Download bibliographic data
The ref
method returns a dictionary of bibliographic information on an article. The data include:
Abstract | string | the article's abstract |
Authors | list | each list element is an author-specific dictionary containing the keywords Name (author name) and Affiliation (author affiliation, when available) |
DOI | string | document identifier |
FirstPage | integer | page number of the article's first page |
ISSN | string | journal international standard serial number |
Issue | string | journal issue number |
JEL | list | JEL classification codes |
Journal | string | journal name (obviously the American Economic Review) |
LastPage | integer | page number of the article's last page | PubDate | string | date (YYYY-MM-DD) the article was published |
Title | string | article's title |
Volume | integer | journal volume number |
As before, use the id
keyword argument to fill in the relevant document identifier. In the following example, I use ref
to get the authors and abstract of the paper "Search Design and Broad Matching":
>>> biblio = conn.ref(id='10.1257/aer.20150076')
>>> biblio['Authors']
[{'Affiliation': 'Tel Aviv U and U MI', 'Name': 'Eliaz, Kfir'}, {'Affiliation': 'Tel Aviv U and U College London', 'Name': 'Spiegler, Ran'}]
>>> biblio['Abstract']
>>> 'We study decentralized mechanisms for allocating firms into search pools. The pools are created in response to noisy preference signals provided by consumers, who then browse the pools via costly random sequential search. Surplus-maximizing search pools are implementable in symmetric Nash equilibrium. Full extraction of the maximal surplus is implementable if and only if the distribution of consumer types satisfies a set of simple inequalities, which involve the relative fractions of consumers who like different products and the Bhattacharyya coefficient of similarity between their conditional signal distributions. The optimal mechanism can be simulated by a keyword auction with broad matching.'
Download HTML
Finally, the html
method returns the raw HTML code from an article's webpage. This might be used in conjunction with Beautiful Soup to search metadata not found in ref
. For example, to fetch the value of the property attribute for the first meta tag on "Liquidity Trap and Excessive Leverage":
>>> from bs4 import BeautifulSoup
>>> html = conn.html(id='10.1257/aer.20140289')

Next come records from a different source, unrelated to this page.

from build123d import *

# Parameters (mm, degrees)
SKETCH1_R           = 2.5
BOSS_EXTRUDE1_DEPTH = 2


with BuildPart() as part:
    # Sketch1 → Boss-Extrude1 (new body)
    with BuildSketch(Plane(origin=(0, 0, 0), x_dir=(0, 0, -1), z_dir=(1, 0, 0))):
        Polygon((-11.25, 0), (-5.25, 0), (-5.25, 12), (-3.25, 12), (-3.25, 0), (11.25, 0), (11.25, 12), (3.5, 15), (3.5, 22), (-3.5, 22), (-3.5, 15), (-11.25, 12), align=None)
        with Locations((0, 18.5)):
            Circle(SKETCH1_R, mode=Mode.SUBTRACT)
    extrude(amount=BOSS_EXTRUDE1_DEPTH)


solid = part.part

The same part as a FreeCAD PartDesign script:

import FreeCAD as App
import Part
import Sketcher

V = App.Vector
Q = App.Units.Quantity


def add_polygon(sketch, points):
    """Adds a closed chain of lines whose ends are joined by coincident constraints."""
    first, n = sketch.GeometryCount, len(points)
    for a, b in zip(points, points[1:] + points[:1]):
        sketch.addGeometry(Part.LineSegment(App.Vector(*a, 0), App.Vector(*b, 0)), False)
    for i in range(n):
        sketch.addConstraint(Sketcher.Constraint("Coincident", first + i, 2, first + (i + 1) % n, 1))

doc = App.newDocument("Part")
params = doc.addObject("Spreadsheet::Sheet", "Params")
for row, (alias, value) in enumerate([
    ("sketch1_diameter", "5 mm"),
    ("sketch1_width", "12 mm"),
    ("sketch1_width2", "7 mm"),
    ("sketch1_height", "6 mm"),
    ("sketch1_height2", "2 mm"),
    ("pad1_length", "2 mm"),
], start=1):
    params.set(f"A{row}", alias)
    params.set(f"B{row}", "=" + value)
    params.setAlias(f"B{row}", alias)

body = doc.addObject("PartDesign::Body", "Body")

sketch1 = body.newObject("Sketcher::SketchObject", "Sketch")
sketch1.AttachmentSupport = (doc.getObject("YZ_Plane"), [""])
sketch1.MapMode = "FlatFace"
add_polygon(sketch1, [(0, 11.2), (0, 5.2), (12, 5.2), (12, 3.2), (0, 3.2), (0, -11.2), (12, -11.2), (15, -3.5), (22, -3.5), (22, 3.5), (15, 3.5), (12, 11.2)])
sketch1.addGeometry(Part.Circle(V(18.5, 0, 0), V(0, 0, 1), 2.5), False)
sketch1.addConstraint([
    Sketcher.Constraint("Vertical", 0),
    Sketcher.Constraint("Horizontal", 1),
    Sketcher.Constraint("Vertical", 2),
    Sketcher.Constraint("Horizontal", 3),
    Sketcher.Constraint("Vertical", 4),
    Sketcher.Constraint("Horizontal", 5),
    Sketcher.Constraint("Horizontal", 7),
    Sketcher.Constraint("Vertical", 8),
    Sketcher.Constraint("Horizontal", 9),
    Sketcher.Constraint("Horizontal", 11),
    Sketcher.Constraint("Symmetric", 4, 2, 11, 2, -1, 1),
    Sketcher.Constraint("Symmetric", 6, 2, 9, 2, -1),
    Sketcher.Constraint("PointOnObject", 12, 3, -1),
    Sketcher.Constraint("PointOnObject", 0, 2, -2),
    Sketcher.Constraint("Vertical", 2, 2, 5, 2),
    Sketcher.Constraint("Vertical", 5, 2, 10, 2),
    Sketcher.Constraint("Equal", 9, 8),
    Sketcher.Constraint("Diameter", 12, Q("5 mm")),
    Sketcher.Constraint("DistanceX", 1, 1, 1, 2, Q("12 mm")),
    Sketcher.Constraint("DistanceX", 7, 1, 7, 2, Q("7 mm")),
    Sketcher.Constraint("DistanceY", 0, 2, 0, 1, Q("6 mm")),
    Sketcher.Constraint("DistanceY", 2, 2, 2, 1, Q("2 mm")),
    Sketcher.Constraint("DistanceY", 4, 2, 4, 1, Q("14.5 mm")),
    Sketcher.Constraint("DistanceX", -1, 1, 6, 2, Q("15 mm")),
    Sketcher.Constraint("DistanceX", -1, 1, 12, 3, Q("18.5 mm")),
])
sketch1.setExpression("Constraints[29]", "Params.sketch1_diameter")
sketch1.setExpression("Constraints[30]", "Params.sketch1_width")
sketch1.setExpression("Constraints[31]", "Params.sketch1_width2")
sketch1.setExpression("Constraints[32]", "Params.sketch1_height")
sketch1.setExpression("Constraints[33]", "Params.sketch1_height2")
pad1 = body.newObject("PartDesign::Pad", "Pad")
pad1.Profile = sketch1
pad1.setExpression("Length", "Params.pad1_length")

doc.recompute()
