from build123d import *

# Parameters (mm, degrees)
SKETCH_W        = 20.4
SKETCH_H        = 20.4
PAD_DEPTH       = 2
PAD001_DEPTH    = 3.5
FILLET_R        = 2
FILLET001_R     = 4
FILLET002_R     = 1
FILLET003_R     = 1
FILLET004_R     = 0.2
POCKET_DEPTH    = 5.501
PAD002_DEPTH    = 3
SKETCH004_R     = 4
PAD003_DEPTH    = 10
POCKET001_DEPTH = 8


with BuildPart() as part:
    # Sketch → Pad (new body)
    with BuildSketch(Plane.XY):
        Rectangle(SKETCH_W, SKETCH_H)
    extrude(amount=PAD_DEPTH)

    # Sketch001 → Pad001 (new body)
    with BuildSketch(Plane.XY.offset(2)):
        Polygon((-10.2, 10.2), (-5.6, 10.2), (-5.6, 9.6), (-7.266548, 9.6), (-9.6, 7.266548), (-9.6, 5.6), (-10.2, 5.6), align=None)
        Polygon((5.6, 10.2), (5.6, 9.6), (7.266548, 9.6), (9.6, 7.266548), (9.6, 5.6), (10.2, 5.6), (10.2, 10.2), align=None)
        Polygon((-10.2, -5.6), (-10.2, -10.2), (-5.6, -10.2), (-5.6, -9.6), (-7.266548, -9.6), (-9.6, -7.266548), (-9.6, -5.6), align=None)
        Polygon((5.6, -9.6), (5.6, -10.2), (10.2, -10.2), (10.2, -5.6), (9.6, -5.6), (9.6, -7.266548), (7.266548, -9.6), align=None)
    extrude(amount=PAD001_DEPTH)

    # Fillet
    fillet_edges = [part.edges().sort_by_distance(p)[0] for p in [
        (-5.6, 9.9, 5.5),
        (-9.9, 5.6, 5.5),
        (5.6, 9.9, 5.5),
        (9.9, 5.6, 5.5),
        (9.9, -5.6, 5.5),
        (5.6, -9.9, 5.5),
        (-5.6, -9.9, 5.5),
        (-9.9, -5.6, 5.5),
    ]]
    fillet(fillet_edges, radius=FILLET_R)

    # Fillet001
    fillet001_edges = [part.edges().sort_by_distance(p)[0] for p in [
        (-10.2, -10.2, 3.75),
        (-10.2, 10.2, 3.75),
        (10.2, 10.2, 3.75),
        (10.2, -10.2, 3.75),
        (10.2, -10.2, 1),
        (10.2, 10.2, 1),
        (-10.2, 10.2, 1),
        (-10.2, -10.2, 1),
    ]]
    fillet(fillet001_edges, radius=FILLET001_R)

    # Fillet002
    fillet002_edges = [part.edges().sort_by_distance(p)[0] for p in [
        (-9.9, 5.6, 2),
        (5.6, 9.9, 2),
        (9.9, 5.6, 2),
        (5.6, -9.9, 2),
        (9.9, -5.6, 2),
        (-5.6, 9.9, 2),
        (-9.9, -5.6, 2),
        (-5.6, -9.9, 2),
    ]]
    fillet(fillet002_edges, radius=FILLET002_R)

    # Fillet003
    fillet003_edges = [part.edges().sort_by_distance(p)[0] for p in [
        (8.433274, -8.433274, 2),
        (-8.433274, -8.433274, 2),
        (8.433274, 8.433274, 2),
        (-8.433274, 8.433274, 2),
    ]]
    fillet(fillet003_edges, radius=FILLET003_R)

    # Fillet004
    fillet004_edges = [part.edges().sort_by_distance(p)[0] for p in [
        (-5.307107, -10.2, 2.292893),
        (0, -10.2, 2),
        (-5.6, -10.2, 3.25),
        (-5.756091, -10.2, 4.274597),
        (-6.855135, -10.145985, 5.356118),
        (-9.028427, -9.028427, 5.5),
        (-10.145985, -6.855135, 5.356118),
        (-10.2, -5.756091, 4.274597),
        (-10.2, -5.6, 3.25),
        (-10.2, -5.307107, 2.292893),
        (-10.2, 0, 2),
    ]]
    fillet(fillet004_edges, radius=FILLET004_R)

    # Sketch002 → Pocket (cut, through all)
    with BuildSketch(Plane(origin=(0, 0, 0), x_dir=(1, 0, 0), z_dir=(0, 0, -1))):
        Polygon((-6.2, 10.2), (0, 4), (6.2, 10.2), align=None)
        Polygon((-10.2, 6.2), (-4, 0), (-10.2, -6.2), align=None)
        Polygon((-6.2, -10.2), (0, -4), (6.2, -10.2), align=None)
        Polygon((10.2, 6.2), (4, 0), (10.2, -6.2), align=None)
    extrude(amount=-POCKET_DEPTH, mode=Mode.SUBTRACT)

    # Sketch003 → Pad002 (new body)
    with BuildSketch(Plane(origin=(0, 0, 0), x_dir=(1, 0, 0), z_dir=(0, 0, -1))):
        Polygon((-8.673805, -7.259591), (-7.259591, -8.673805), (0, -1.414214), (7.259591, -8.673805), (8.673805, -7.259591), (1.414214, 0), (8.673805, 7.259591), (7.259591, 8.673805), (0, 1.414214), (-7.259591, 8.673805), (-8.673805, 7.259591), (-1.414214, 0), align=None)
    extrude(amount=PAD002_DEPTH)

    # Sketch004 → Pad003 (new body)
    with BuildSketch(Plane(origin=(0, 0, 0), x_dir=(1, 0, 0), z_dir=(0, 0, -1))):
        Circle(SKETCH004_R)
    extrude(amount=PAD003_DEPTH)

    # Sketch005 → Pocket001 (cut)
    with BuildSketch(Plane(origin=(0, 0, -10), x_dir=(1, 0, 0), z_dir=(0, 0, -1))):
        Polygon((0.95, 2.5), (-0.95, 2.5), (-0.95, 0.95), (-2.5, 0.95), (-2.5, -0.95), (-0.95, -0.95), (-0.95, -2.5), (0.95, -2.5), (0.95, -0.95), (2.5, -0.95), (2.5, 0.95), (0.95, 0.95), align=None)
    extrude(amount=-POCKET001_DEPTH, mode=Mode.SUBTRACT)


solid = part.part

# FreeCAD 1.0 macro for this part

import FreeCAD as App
import Part
import Sketcher

V = App.Vector
Q = App.Units.Quantity


def edges_at(feature, points):
    """Names of the edges that pass closest to the given points."""
    edges = feature.Shape.Edges
    near = lambda p: min(range(len(edges)), key=lambda i: edges[i].distToShape(Part.Vertex(*p))[0])
    return sorted({f"Edge{near(p) + 1}" for p in points})

doc = App.newDocument("Part")
body = doc.addObject("PartDesign::Body", "Body")

# Sketch on XY plane
sketch1 = doc.addObject("Sketcher::SketchObject", "Sketch")
body.addObject(sketch1)
sketch1.AttachmentSupport = (doc.XY_Plane, [""])
sketch1.MapMode = "FlatFace"
sketch1.addGeometry([
    Part.LineSegment(V(-10, 10, 0), V(-10, -10, 0)),
    Part.LineSegment(V(-10, -10, 0), V(10, -10, 0)),
    Part.LineSegment(V(10, -10, 0), V(10, 10, 0)),
    Part.LineSegment(V(10, 10, 0), V(-10, 10, 0)),
], False)
sketch1.addConstraint([
    Sketcher.Constraint("Coincident", 0, 2, 1, 1),
    Sketcher.Constraint("Coincident", 1, 2, 2, 1),
    Sketcher.Constraint("Coincident", 2, 2, 3, 1),
    Sketcher.Constraint("Coincident", 3, 2, 0, 1),
    Sketcher.Constraint("Vertical", 0),
    Sketcher.Constraint("Horizontal", 1),
    Sketcher.Constraint("Vertical", 2),
    Sketcher.Constraint("Horizontal", 3),
    Sketcher.Constraint("Symmetric", 0, 2, 2, 2, -1, 1),
    Sketcher.Constraint("Equal", 3, 0),
    Sketcher.Constraint("DistanceX", 1, 1, 1, 2, Q("20.4 mm")),
])
pad1 = doc.addObject("PartDesign::Pad", "Pad")
body.addObject(pad1)
pad1.Profile = sketch1
pad1.Length = 2

# Sketch on XY plane
sketch2 = doc.addObject("Sketcher::SketchObject", "Sketch001")
body.addObject(sketch2)
sketch2.AttachmentSupport = (doc.XY_Plane, [""])
sketch2.MapMode = "FlatFace"
sketch2.AttachmentOffset = App.Placement(V(0, 0, 2), App.Rotation())
sketch2.addGeometry([
    Part.LineSegment(V(-5.6, 10.2, 0), V(-10.2, 10.2, 0)),  # 0
    Part.LineSegment(V(-10.2, 10.2, 0), V(-10.2, 5.6, 0)),  # 1
    Part.LineSegment(V(-10.2, 5.6, 0), V(-9.6, 5.6, 0)),  # 2
    Part.LineSegment(V(-9.6, 5.6, 0), V(-9.6, 7.3, 0)),  # 3
    Part.LineSegment(V(-9.6, 7.3, 0), V(-7.3, 9.6, 0)),  # 4
    Part.LineSegment(V(-7.3, 9.6, 0), V(-5.6, 9.6, 0)),  # 5
    Part.LineSegment(V(-5.6, 9.6, 0), V(-5.6, 10.2, 0)),  # 6
    Part.LineSegment(V(5.6, 10.2, 0), V(5.6, 9.6, 0)),  # 7
    Part.LineSegment(V(5.6, 9.6, 0), V(7.3, 9.6, 0)),  # 8
    Part.LineSegment(V(7.3, 9.6, 0), V(9.6, 7.3, 0)),  # 9
    Part.LineSegment(V(9.6, 7.3, 0), V(9.6, 5.6, 0)),  # 10
    Part.LineSegment(V(9.6, 5.6, 0), V(10.2, 5.6, 0)),  # 11
    Part.LineSegment(V(10.2, 5.6, 0), V(10.2, 10.2, 0)),  # 12
    Part.LineSegment(V(10.2, 10.2, 0), V(5.6, 10.2, 0)),  # 13
    Part.LineSegment(V(-10.2, -5.6, 0), V(-10.2, -10.2, 0)),  # 14
    Part.LineSegment(V(-10.2, -10.2, 0), V(-5.6, -10.2, 0)),  # 15
    Part.LineSegment(V(-5.6, -10.2, 0), V(-5.6, -9.6, 0)),  # 16
    Part.LineSegment(V(-5.6, -9.6, 0), V(-7.3, -9.6, 0)),  # 17
    Part.LineSegment(V(-7.3, -9.6, 0), V(-9.6, -7.3, 0)),  # 18
    Part.LineSegment(V(-9.6, -7.3, 0), V(-9.6, -5.6, 0)),  # 19
    Part.LineSegment(V(-9.6, -5.6, 0), V(-10.2, -5.6, 0)),  # 20
    Part.LineSegment(V(5.6, -9.6, 0), V(5.6, -10.2, 0)),  # 21
    Part.LineSegment(V(5.6, -10.2, 0), V(10.2, -10.2, 0)),  # 22
    Part.LineSegment(V(10.2, -10.2, 0), V(10.2, -5.6, 0)),  # 23
    Part.LineSegment(V(10.2, -5.6, 0), V(9.6, -5.6, 0)),  # 24
    Part.LineSegment(V(9.6, -5.6, 0), V(9.6, -7.3, 0)),  # 25
    Part.LineSegment(V(9.6, -7.3, 0), V(7.3, -9.6, 0)),  # 26
    Part.LineSegment(V(7.3, -9.6, 0), V(5.6, -9.6, 0)),  # 27
], False)
sketch2.addConstraint([
    Sketcher.Constraint("Coincident", 0, 2, 1, 1),
    Sketcher.Constraint("Coincident", 1, 2, 2, 1),
    Sketcher.Constraint("Coincident", 2, 2, 3, 1),
    Sketcher.Constraint("Coincident", 3, 2, 4, 1),
    Sketcher.Constraint("Coincident", 4, 2, 5, 1),
    Sketcher.Constraint("Coincident", 5, 2, 6, 1),
    Sketcher.Constraint("Coincident", 6, 2, 0, 1),
    Sketcher.Constraint("Coincident", 7, 2, 8, 1),
    Sketcher.Constraint("Coincident", 8, 2, 9, 1),
    Sketcher.Constraint("Coincident", 9, 2, 10, 1),
    Sketcher.Constraint("Coincident", 10, 2, 11, 1),
    Sketcher.Constraint("Coincident", 11, 2, 12, 1),
    Sketcher.Constraint("Coincident", 12, 2, 13, 1),
    Sketcher.Constraint("Coincident", 13, 2, 7, 1),
    Sketcher.Constraint("Coincident", 14, 2, 15, 1),
    Sketcher.Constraint("Coincident", 15, 2, 16, 1),
    Sketcher.Constraint("Coincident", 16, 2, 17, 1),
    Sketcher.Constraint("Coincident", 17, 2, 18, 1),
    Sketcher.Constraint("Coincident", 18, 2, 19, 1),
    Sketcher.Constraint("Coincident", 19, 2, 20, 1),
    Sketcher.Constraint("Coincident", 20, 2, 14, 1),
    Sketcher.Constraint("Coincident", 21, 2, 22, 1),
    Sketcher.Constraint("Coincident", 22, 2, 23, 1),
    Sketcher.Constraint("Coincident", 23, 2, 24, 1),
    Sketcher.Constraint("Coincident", 24, 2, 25, 1),
    Sketcher.Constraint("Coincident", 25, 2, 26, 1),
    Sketcher.Constraint("Coincident", 26, 2, 27, 1),
    Sketcher.Constraint("Coincident", 27, 2, 21, 1),
    Sketcher.Constraint("Horizontal", 0),
    Sketcher.Constraint("Vertical", 1),
    Sketcher.Constraint("Horizontal", 2),
    Sketcher.Constraint("Vertical", 3),
    Sketcher.Constraint("Horizontal", 5),
    Sketcher.Constraint("Vertical", 6),
    Sketcher.Constraint("Vertical", 7),
    Sketcher.Constraint("Horizontal", 8),
    Sketcher.Constraint("Vertical", 10),
    Sketcher.Constraint("Horizontal", 11),
    Sketcher.Constraint("Vertical", 12),
    Sketcher.Constraint("Horizontal", 13),
    Sketcher.Constraint("Vertical", 14),
    Sketcher.Constraint("Horizontal", 15),
    Sketcher.Constraint("Vertical", 16),
    Sketcher.Constraint("Horizontal", 17),
    Sketcher.Constraint("Vertical", 19),
    Sketcher.Constraint("Horizontal", 20),
    Sketcher.Constraint("Vertical", 21),
    Sketcher.Constraint("Horizontal", 22),
    Sketcher.Constraint("Vertical", 23),
    Sketcher.Constraint("Horizontal", 24),
    Sketcher.Constraint("Vertical", 25),
    Sketcher.Constraint("Horizontal", 27),
    Sketcher.Constraint("Symmetric", 12, 2, 14, 2, -1, 1),
    Sketcher.Constraint("Symmetric", 7, 2, 16, 2, -1, 1),
    Sketcher.Constraint("Symmetric", 9, 2, 18, 2, -1, 1),
    Sketcher.Constraint("Symmetric", 6, 2, 21, 2, -1, 1),
    Sketcher.Constraint("Symmetric", 1, 2, 23, 2, -1, 1),
    Sketcher.Constraint("Symmetric", 3, 2, 25, 2, -1, 1),
    Sketcher.Constraint("Symmetric", 4, 2, 26, 2, -1, 1),
    Sketcher.Constraint("Symmetric", 5, 2, 7, 2, -2),
    Sketcher.Constraint("Symmetric", 3, 2, 9, 2, -2),
    Sketcher.Constraint("Symmetric", 1, 2, 11, 2, -2),
    Sketcher.Constraint("Perpendicular", 4, 9),
    Sketcher.Constraint("Parallel", 9, 18),
    Sketcher.Constraint("Horizontal", 6, 2, 12, 2),
    Sketcher.Constraint("Horizontal", 20, 2, 23, 2),
    Sketcher.Constraint("Vertical", 4, 2, 17, 2),
    Sketcher.Constraint("Equal", 22, 1),
    Sketcher.Constraint("Equal", 27, 3),
    Sketcher.Constraint("DistanceX", 0, 2, 0, 1, Q("4.6 mm")),
    Sketcher.Constraint("DistanceX", 2, 1, 2, 2, Q("0.6 mm")),
    Sketcher.Constraint("Distance", 4, Q("3.299999 mm")),
    Sketcher.Constraint("DistanceX", 0, 2, -1, 1, Q("10.2 mm")),
    Sketcher.Constraint("DistanceY", -1, 1, 0, 2, Q("10.2 mm")),
])
pad2 = doc.addObject("PartDesign::Pad", "Pad001")
body.addObject(pad2)
pad2.Profile = sketch2
pad2.Length = 3.5
doc.recompute()

fillet = doc.addObject("PartDesign::Fillet", "Fillet")
body.addObject(fillet)
fillet.Base = (pad2, edges_at(pad2, [
    (-5.6, 9.9, 5.5),
    (-9.9, 5.6, 5.5),
    (5.6, 9.9, 5.5),
    (9.9, 5.6, 5.5),
    (9.9, -5.6, 5.5),
    (5.6, -9.9, 5.5),
    (-5.6, -9.9, 5.5),
    (-9.9, -5.6, 5.5),
]))
fillet.Radius = 2
doc.recompute()

fillet2 = doc.addObject("PartDesign::Fillet", "Fillet001")
body.addObject(fillet2)
fillet2.Base = (fillet, edges_at(fillet, [
    (-10.2, -10.2, 2.75),
    (-10.2, 10.2, 2.75),
    (10.2, 10.2, 2.75),
    (10.2, -10.2, 2.75),
    (10.2, -10.2, 2.75),
    (10.2, 10.2, 2.75),
    (-10.2, 10.2, 2.75),
    (-10.2, -10.2, 2.75),
]))
fillet2.Radius = 4
doc.recompute()

fillet3 = doc.addObject("PartDesign::Fillet", "Fillet002")
body.addObject(fillet3)
fillet3.Base = (fillet2, edges_at(fillet2, [
    (-9.9, 5.6, 2),
    (5.6, 9.9, 2),
    (9.9, 5.6, 2),
    (5.6, -9.9, 2),
    (9.9, -5.6, 2),
    (-5.6, 9.9, 2),
    (-9.9, -5.6, 2),
    (-5.6, -9.9, 2),
]))
fillet3.Radius = 1
doc.recompute()

fillet4 = doc.addObject("PartDesign::Fillet", "Fillet003")
body.addObject(fillet4)
fillet4.Base = (fillet3, edges_at(fillet3, [
    (8.433, -8.433, 2),
    (-8.433, -8.433, 2),
    (8.433, 8.433, 2),
    (-8.433, 8.433, 2),
]))
fillet4.Radius = 1
doc.recompute()
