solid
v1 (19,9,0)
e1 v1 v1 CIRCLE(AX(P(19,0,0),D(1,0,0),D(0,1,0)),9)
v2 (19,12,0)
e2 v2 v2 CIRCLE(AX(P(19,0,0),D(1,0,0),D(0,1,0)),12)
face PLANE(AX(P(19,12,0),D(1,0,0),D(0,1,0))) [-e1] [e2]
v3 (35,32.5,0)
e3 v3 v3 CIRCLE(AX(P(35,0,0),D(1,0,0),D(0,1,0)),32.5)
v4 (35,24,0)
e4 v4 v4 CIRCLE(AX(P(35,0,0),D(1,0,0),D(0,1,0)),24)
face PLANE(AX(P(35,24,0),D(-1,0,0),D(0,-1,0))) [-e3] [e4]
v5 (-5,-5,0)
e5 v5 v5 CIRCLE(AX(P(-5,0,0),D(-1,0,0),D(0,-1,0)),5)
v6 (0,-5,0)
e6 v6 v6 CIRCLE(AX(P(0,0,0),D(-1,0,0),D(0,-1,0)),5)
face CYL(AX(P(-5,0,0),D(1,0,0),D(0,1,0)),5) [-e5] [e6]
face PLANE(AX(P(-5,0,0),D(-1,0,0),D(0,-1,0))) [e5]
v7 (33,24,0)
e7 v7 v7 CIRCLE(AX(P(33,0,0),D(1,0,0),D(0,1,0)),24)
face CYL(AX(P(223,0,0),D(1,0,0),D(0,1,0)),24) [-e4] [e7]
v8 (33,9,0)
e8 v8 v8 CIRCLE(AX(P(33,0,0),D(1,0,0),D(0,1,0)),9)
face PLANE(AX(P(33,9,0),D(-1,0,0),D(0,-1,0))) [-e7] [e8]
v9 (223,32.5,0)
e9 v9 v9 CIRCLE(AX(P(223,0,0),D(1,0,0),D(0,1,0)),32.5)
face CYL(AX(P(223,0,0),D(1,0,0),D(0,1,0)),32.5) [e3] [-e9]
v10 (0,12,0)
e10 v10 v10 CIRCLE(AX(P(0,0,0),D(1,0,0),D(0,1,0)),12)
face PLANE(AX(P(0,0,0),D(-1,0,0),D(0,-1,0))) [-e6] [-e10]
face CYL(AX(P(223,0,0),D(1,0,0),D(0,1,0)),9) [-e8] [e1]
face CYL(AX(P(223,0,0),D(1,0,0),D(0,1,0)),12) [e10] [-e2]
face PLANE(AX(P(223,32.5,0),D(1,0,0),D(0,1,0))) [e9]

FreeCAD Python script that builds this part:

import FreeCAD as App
import Part
import Sketcher
Q = App.Units.Quantity


def add_polygon(sketch, points):
    """Adds a closed chain of lines whose ends are joined by coincident constraints."""
    first, n = sketch.GeometryCount, len(points)
    for a, b in zip(points, points[1:] + points[:1]):
        sketch.addGeometry(Part.LineSegment(App.Vector(*a, 0), App.Vector(*b, 0)), False)
    for i in range(n):
        sketch.addConstraint(Sketcher.Constraint("Coincident", first + i, 2, first + (i + 1) % n, 1))

doc = App.newDocument("Part")
body = doc.addObject("PartDesign::Body", "Body")

sketch1 = body.newObject("Sketcher::SketchObject", "Sketch")
sketch1.AttachmentSupport = (doc.getObject("XY_Plane"), [""])
sketch1.MapMode = "FlatFace"
add_polygon(sketch1, [(0, 12), (0, 0), (223, 0), (223, 32.5), (35, 32.5), (35, 24), (33, 24), (33, 9), (19, 9), (19, 12)])
sketch1.addConstraint(Sketcher.Constraint("Vertical", 0))
sketch1.addConstraint(Sketcher.Constraint("Horizontal", 1))
sketch1.addConstraint(Sketcher.Constraint("Vertical", 2))
sketch1.addConstraint(Sketcher.Constraint("Horizontal", 3))
sketch1.addConstraint(Sketcher.Constraint("Vertical", 4))
sketch1.addConstraint(Sketcher.Constraint("Horizontal", 5))
sketch1.addConstraint(Sketcher.Constraint("Vertical", 6))
sketch1.addConstraint(Sketcher.Constraint("Horizontal", 7))
sketch1.addConstraint(Sketcher.Constraint("Vertical", 8))
sketch1.addConstraint(Sketcher.Constraint("Horizontal", 9))
sketch1.addConstraint(Sketcher.Constraint("Coincident", 0, 2, -1, 1))
sketch1.addConstraint(Sketcher.Constraint("DistanceX", 1, 1, 1, 2, Q("223 mm")))
sketch1.addConstraint(Sketcher.Constraint("DistanceX", 3, 2, 3, 1, Q("188 mm")))
sketch1.addConstraint(Sketcher.Constraint("DistanceX", 5, 2, 5, 1, Q("2 mm")))
sketch1.addConstraint(Sketcher.Constraint("DistanceX", 7, 2, 7, 1, Q("14 mm")))
sketch1.addConstraint(Sketcher.Constraint("DistanceY", 0, 2, 0, 1, Q("12 mm")))
sketch1.addConstraint(Sketcher.Constraint("DistanceY", 6, 2, 6, 1, Q("15 mm")))
sketch1.addConstraint(Sketcher.Constraint("DistanceY", 8, 1, 8, 2, Q("3 mm")))
sketch1.addConstraint(Sketcher.Constraint("DistanceY", 2, 1, 2, 2, Q("32.5 mm")))
revolution = body.newObject("PartDesign::Revolution", "Revolution")
revolution.Profile = sketch1
revolution.ReferenceAxis = (sketch1, ["H_Axis"])
revolution.Angle = 360

sketch2 = body.newObject("Sketcher::SketchObject", "Sketch001")
sketch2.AttachmentSupport = (doc.getObject("YZ_Plane"), [""])
sketch2.MapMode = "FlatFace"
sketch2.addGeometry(Part.Circle(App.Vector(0, 0, 0), App.Vector(0, 0, 1), 5), False)
sketch2.addConstraint(Sketcher.Constraint("Coincident", 0, 3, -1, 1))
sketch2.addConstraint(Sketcher.Constraint("Diameter", 0, Q("10 mm")))
pad1 = body.newObject("PartDesign::Pad", "Pad")
pad1.Profile = sketch2
pad1.Length = 5
pad1.Reversed = True

doc.recompute()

>>> soup = BeautifulSoup(html, 'html.parser')
>>> soup.meta['property']
'og:url'
License
Copyright 2016 Erin Hengel
Licensed under the Apache License, Version 2.0 (the "License"); you may not use this file except in compliance with the License. You may obtain a copy of the License at
http://www.apache.org/licenses/LICENSE-2.0
Unless required by applicable law or agreed to in writing, software distributed under the License is distributed on an "AS IS" BASIS, WITHOUT WARRANTIES OR CONDITIONS OF ANY KIND, either express or implied. See the License for the specific language governing permissions and limitations under the License.